One key notion that stands out is simply the volumes, variety, and velocity of data that organizations now typically have at their disposal in today’s world compared to just a few years ago. In addition, the rates these classic three “V’s” have been accelerating far outpaces even the most sophisticated advancements in technology when applying Wikipedia’s definition that ”DWs are central repositories of integrated data.” Though not entirely impossible, most organizations would struggle to have any single, consolidated, central repository. In fact, this is one of the reasons which led to dissatisfaction with data warehouse principles in general – the reality that one DW was rarely enough! As business units became unhappy with what the corporate data warehouse could (or could not) provide for them, they logically started building separate data marts or even their own data warehouses. History tells us that this sort of data redundancy inevitably leads to massive increases in complexity, manageability, and consistency.
The SAP HANA Data Management Suite is the latest branding from SAP that encompasses the set of technologies and big data frameworks required to overcome the major challenges that more traditional data warehousing systems have faced. As the most advanced data platform to build intelligent and live applications focusing on real-time analytics, advanced data processing leveraging the powerful native engines in SAP HANA such as graph, geospatial, text, predictive, time series or streaming, or developing a holistic, secure and agile data landscape – the SAP HANA Data Management Suite covers off the requirements.

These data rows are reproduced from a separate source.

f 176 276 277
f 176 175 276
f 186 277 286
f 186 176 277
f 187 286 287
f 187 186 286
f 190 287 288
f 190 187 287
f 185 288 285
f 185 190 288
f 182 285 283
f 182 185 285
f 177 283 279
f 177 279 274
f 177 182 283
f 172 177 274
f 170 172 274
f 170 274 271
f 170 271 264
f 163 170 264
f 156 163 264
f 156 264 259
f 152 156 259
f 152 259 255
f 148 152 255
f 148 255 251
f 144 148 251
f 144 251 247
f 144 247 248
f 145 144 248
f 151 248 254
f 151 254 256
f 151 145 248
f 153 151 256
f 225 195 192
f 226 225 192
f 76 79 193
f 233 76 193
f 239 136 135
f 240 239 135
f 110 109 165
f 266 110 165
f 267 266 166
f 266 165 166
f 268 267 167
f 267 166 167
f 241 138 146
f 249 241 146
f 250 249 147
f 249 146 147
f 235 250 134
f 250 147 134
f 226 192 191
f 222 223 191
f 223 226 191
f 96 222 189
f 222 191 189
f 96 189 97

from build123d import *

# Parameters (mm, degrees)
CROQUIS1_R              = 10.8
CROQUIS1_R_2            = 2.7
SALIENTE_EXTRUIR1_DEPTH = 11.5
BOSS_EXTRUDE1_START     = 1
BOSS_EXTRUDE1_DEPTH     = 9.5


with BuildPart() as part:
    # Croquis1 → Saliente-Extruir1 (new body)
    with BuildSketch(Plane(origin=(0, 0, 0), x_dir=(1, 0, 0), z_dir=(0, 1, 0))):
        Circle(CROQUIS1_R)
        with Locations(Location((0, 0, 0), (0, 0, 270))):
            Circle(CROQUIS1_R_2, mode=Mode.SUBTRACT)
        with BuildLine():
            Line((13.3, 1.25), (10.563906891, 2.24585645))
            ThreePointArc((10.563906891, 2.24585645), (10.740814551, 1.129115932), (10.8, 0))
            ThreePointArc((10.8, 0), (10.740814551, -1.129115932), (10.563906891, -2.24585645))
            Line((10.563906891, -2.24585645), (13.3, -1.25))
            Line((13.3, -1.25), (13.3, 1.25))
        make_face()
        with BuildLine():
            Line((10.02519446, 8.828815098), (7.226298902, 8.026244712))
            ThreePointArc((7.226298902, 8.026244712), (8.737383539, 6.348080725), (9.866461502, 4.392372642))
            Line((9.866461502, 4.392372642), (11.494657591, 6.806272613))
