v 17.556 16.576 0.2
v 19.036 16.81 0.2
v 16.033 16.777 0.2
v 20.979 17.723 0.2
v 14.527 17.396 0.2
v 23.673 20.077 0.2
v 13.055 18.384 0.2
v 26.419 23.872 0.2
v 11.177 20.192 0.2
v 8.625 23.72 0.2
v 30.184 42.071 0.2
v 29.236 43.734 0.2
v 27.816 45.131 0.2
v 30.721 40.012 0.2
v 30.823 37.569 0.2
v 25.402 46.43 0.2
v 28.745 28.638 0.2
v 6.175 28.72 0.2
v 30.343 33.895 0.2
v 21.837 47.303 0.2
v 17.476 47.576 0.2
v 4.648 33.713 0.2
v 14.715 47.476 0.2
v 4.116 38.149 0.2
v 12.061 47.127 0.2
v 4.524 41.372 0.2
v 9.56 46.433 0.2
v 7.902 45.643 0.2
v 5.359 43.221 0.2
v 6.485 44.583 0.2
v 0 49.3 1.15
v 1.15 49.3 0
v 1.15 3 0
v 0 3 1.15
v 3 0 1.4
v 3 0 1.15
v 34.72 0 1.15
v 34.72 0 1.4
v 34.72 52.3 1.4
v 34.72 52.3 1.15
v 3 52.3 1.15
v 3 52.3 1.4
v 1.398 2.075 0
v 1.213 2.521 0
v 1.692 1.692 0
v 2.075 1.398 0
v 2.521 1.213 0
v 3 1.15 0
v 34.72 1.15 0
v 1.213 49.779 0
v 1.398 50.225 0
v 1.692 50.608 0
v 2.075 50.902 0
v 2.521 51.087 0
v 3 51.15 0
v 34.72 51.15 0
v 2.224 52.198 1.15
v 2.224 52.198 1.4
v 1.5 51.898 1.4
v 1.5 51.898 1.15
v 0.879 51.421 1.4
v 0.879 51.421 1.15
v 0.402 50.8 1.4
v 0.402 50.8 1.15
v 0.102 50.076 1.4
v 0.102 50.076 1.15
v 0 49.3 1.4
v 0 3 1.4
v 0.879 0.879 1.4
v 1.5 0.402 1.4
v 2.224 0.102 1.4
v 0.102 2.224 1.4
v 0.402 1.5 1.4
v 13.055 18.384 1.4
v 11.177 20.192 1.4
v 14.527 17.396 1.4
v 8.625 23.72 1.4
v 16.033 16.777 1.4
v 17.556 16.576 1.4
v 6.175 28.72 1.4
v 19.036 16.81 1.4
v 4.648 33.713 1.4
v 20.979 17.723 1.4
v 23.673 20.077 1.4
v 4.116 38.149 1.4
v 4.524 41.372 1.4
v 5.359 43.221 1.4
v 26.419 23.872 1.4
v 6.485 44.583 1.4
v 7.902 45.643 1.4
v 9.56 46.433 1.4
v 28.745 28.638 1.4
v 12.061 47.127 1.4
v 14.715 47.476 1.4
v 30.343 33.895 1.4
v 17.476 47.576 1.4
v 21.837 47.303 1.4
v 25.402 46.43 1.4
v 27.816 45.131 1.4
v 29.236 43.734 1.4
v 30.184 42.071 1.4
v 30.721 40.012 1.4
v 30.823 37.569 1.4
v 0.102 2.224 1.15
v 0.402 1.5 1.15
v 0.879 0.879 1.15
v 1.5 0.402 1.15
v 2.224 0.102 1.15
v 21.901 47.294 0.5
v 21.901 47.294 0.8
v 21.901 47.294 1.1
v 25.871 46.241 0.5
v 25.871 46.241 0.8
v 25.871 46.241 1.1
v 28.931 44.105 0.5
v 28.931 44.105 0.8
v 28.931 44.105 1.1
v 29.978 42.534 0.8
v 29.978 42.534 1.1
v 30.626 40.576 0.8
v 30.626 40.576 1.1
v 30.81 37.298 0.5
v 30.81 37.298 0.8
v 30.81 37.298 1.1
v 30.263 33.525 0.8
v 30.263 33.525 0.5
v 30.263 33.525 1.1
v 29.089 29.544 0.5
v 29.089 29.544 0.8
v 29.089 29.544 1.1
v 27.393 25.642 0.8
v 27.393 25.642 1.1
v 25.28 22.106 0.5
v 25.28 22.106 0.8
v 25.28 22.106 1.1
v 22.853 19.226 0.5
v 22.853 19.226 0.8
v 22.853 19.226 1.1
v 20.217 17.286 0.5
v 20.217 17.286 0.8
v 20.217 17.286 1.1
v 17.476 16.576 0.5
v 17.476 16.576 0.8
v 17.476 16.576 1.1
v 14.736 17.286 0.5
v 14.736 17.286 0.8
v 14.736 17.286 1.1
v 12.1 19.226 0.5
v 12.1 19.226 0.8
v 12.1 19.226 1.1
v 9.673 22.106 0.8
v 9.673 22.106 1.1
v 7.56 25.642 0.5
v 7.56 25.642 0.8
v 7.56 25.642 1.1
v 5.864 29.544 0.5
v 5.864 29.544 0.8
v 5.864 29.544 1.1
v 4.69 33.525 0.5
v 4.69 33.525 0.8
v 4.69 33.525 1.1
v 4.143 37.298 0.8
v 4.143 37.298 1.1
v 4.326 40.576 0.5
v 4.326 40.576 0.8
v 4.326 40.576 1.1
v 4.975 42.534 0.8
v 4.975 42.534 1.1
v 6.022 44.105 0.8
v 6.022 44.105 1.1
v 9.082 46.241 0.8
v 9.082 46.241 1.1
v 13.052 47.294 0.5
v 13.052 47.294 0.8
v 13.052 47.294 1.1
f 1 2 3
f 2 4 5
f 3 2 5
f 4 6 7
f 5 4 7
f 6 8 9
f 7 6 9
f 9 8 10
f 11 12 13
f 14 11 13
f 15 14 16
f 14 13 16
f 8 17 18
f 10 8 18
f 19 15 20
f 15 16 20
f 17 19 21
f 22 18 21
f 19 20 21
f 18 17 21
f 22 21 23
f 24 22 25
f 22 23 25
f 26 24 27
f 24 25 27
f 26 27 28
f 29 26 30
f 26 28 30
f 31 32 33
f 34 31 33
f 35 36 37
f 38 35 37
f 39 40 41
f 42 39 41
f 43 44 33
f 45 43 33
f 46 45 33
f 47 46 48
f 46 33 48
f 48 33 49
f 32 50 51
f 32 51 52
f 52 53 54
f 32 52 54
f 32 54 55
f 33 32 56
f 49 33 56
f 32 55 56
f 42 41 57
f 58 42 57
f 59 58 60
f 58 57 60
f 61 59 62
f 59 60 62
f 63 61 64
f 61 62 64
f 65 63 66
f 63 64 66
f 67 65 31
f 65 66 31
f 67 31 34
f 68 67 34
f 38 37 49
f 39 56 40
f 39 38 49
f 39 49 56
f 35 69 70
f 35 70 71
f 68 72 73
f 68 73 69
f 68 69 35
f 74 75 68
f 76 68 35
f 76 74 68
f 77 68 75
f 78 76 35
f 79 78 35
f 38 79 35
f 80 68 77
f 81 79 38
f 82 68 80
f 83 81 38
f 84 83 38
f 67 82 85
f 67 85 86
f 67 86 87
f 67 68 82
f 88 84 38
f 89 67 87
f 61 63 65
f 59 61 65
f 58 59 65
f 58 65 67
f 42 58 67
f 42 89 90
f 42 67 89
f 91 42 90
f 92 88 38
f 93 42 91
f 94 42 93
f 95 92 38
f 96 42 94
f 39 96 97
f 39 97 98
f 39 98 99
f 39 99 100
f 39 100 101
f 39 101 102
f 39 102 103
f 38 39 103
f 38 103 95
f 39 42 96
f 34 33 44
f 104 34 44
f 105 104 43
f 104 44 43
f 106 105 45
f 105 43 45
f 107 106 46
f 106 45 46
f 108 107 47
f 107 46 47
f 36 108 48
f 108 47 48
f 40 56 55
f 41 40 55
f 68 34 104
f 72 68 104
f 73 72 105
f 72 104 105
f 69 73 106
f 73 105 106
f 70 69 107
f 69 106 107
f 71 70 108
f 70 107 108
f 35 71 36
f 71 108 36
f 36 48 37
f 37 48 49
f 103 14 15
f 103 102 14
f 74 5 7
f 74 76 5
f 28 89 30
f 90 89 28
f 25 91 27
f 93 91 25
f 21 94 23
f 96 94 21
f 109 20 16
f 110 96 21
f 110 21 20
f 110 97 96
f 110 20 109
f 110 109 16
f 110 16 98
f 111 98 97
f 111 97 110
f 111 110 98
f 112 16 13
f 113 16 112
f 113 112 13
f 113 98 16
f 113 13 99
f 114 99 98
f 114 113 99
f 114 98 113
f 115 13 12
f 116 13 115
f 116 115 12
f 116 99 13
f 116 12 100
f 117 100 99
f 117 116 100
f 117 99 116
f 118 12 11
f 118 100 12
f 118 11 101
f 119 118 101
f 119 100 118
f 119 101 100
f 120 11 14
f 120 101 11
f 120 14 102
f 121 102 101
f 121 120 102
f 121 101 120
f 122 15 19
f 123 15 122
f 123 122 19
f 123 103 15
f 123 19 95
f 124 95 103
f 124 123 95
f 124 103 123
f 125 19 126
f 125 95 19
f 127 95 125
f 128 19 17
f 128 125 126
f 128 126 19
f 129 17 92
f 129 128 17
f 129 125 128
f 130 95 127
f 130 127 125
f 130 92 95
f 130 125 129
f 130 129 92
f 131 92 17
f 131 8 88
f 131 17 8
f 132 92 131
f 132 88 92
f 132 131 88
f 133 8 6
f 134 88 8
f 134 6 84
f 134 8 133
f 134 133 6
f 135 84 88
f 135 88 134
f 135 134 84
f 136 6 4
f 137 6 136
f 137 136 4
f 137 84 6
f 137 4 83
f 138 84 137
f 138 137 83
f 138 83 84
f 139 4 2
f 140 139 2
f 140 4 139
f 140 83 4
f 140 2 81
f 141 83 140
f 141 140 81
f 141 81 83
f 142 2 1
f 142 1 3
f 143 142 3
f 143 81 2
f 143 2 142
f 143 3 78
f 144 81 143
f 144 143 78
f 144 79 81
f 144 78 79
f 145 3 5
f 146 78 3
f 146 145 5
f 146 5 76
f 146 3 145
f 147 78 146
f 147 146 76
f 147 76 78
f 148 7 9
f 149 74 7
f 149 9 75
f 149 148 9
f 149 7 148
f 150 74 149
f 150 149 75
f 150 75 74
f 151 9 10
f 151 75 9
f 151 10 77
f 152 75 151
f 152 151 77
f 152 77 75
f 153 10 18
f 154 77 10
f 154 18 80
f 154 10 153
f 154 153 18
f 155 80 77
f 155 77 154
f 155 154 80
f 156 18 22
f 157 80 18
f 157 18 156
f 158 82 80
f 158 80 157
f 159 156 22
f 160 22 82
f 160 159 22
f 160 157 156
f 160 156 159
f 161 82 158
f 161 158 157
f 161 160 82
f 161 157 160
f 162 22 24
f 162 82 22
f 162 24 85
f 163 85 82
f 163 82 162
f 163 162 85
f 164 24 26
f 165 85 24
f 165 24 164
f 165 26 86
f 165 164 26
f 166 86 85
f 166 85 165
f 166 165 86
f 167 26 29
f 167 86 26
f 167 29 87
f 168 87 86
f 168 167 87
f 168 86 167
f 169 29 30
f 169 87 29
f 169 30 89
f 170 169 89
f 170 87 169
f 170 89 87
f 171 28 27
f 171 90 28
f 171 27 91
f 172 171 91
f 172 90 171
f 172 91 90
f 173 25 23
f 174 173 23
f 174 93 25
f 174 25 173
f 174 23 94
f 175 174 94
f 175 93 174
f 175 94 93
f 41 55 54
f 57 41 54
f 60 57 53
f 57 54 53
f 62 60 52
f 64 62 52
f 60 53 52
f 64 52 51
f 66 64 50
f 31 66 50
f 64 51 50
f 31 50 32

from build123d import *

# Parameters (mm, degrees)
F1_DEPTH = 1.4
F3_SIZE  = 1.15
F4_DEPTH = 1.2
F5_W     = 60.5649575591
F5_H     = 70.2168419957
F6_DEPTH = 25


with BuildPart() as f1:
    # F0 (on Top) → F1 (new body)
    with BuildSketch(Plane.XY):
        with BuildLine():
            ThreePointArc((0, 3), (0.8786796564, 0.8786796564), (3, 0))
            Line((3, 0), (81.7, 0))
            ThreePointArc((81.7, 0), (83.8213203436, 0.8786796564), (84.7, 3))
            Line((84.7, 3), (84.7, 49.3))
            ThreePointArc((84.7, 49.3), (83.8213203436, 51.4213203436), (81.7, 52.3))
            Line((81.7, 52.3), (3, 52.3))
            ThreePointArc((3, 52.3), (0.8786796564, 51.4213203436), (0, 49.3))
            Line((0, 49.3), (0, 3))
        make_face()
    extrude(amount=F1_DEPTH)

    # F3
    f3_edges = [f1.edges().sort_by_distance(p)[0] for p in [
        (42.35, 0, 0),
    ]]
    chamfer(f3_edges, length=F3_SIZE)

    # F2 (on face) → F4 (cut)
    with BuildSketch(Plane.XY.offset(1.4)):
        with BuildLine():
            add(Edge.make_bspline(
                [(17.4764175909, 47.5758282482), (23.4767717635, 47.5758282482), (37.6098450136, 44.6856723634), (17.4764175909, 0.4003325541), (-2.6570098318, 44.6856723634), (11.4760634183, 47.5758282482), (17.4764175909, 47.5758282482)],
                knots=[0, 0, 0, 0, 0.212280587, 0.5, 0.787719413, 1, 1, 1, 1], degree=3))
        make_face()
    extrude(amount=-F4_DEPTH, mode=Mode.SUBTRACT)

    # F5 (on face) → F6 (cut)
    with BuildSketch(Plane.XY.offset(1.4)):
        with Locations((65.0020055473, 21.4577354491)):
            Rectangle(F5_W, F5_H)
    extrude(amount=-F6_DEPTH, mode=Mode.SUBTRACT)


solid = f1.part
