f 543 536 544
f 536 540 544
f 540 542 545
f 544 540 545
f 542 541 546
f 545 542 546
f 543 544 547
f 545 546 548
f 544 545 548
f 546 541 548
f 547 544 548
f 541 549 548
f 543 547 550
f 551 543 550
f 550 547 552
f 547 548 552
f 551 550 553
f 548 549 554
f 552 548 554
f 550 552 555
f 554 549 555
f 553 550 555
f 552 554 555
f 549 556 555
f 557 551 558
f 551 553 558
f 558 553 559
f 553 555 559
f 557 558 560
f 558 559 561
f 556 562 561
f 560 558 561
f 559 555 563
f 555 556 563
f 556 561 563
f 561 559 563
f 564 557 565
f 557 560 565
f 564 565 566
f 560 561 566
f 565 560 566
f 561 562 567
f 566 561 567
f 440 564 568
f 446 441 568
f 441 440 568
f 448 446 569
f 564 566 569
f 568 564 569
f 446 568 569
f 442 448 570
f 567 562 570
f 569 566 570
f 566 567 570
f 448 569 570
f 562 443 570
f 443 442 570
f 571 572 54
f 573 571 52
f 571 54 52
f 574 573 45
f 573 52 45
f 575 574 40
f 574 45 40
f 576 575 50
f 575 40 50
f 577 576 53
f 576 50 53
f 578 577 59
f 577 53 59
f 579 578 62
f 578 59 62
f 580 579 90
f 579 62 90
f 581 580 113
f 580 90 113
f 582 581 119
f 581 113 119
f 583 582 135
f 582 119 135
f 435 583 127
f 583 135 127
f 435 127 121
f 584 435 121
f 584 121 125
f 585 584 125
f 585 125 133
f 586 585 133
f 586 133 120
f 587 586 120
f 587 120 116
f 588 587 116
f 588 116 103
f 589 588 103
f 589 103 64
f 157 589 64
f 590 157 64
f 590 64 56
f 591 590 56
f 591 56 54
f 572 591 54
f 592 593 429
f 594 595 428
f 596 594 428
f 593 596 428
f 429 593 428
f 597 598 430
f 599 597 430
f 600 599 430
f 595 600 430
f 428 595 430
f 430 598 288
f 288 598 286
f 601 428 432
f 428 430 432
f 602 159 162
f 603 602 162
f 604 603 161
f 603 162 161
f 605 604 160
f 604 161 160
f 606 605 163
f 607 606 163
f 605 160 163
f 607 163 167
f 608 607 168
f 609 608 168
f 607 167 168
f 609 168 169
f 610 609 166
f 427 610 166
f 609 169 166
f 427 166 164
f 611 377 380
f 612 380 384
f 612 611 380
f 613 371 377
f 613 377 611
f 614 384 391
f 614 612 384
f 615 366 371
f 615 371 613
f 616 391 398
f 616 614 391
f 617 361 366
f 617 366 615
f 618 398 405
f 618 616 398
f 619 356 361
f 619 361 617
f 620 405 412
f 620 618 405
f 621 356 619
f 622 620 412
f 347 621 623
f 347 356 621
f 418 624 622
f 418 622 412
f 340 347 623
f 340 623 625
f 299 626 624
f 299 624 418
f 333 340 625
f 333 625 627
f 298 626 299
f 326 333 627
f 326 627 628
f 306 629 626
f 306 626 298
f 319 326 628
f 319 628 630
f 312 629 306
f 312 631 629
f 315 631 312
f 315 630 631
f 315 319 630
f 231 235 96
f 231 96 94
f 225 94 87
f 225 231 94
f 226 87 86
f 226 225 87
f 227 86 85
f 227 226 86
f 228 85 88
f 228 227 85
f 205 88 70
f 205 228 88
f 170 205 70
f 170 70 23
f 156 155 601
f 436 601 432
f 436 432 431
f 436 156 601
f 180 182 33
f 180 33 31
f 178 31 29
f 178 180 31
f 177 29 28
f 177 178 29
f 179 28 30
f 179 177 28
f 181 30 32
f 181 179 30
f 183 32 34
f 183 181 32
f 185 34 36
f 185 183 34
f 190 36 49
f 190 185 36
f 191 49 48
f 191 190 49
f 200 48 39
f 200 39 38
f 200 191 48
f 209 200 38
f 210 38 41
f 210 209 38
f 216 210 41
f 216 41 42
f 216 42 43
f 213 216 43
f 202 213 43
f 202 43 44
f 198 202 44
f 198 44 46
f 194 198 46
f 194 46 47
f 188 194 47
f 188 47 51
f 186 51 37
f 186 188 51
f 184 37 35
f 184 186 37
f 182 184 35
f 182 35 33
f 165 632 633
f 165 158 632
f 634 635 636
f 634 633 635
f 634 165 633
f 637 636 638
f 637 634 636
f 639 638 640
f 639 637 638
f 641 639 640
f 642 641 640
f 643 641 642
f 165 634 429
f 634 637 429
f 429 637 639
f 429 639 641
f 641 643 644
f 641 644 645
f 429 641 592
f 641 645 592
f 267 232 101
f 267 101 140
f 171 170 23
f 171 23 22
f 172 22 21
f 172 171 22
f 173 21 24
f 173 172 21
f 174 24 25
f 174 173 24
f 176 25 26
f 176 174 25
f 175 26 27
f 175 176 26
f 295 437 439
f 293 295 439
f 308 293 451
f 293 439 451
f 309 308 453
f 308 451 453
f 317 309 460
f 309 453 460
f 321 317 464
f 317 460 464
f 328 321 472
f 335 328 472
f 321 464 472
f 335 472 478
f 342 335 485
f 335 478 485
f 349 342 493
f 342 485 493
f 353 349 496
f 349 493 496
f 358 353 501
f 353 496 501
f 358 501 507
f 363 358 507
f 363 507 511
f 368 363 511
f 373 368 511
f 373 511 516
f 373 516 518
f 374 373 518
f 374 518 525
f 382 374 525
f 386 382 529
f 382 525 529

One of the key innovations that truly separates the SAP solution from others is its’ capabilities around logical data models and virtualization capabilities working in conjunction with the native power of the platform itself. This allows data to be queries wherever it resides, or to have high-value data ingested from various sources with smart data integration capabilities. To further extend these capabilities, in-database machine learning which are integrated with popular SDKs and frameworks provides real-time machine learning capabilities on the data where it resides for all users and applications.
For those who require complete freedom in cloud deployment options, the suite provides one of the only truly hybrid and multi-cloud data platform available to avoid vendor lock-in and provide integration with other cloud-native services.
Another unique feature of the SAP HANA Data Management Suite in relation to big data solutions is that it allows the combination of refined big data with enterprise and corporate master data, to enable a trusted, unified view for advanced analytics across organizations.
So, in summary – to answer our original questions about the future of traditional data warehouses – it is clear that companies now have much more to consider than just the idea of a complex, monolithic and difficult to manage single-purpose system. Next generation platforms like the SAP HANA Data Management Suite, built on a radical, ground-breaking idea that many thought could never be realized – are reshaping the discussion when it comes to the future of these types of projects!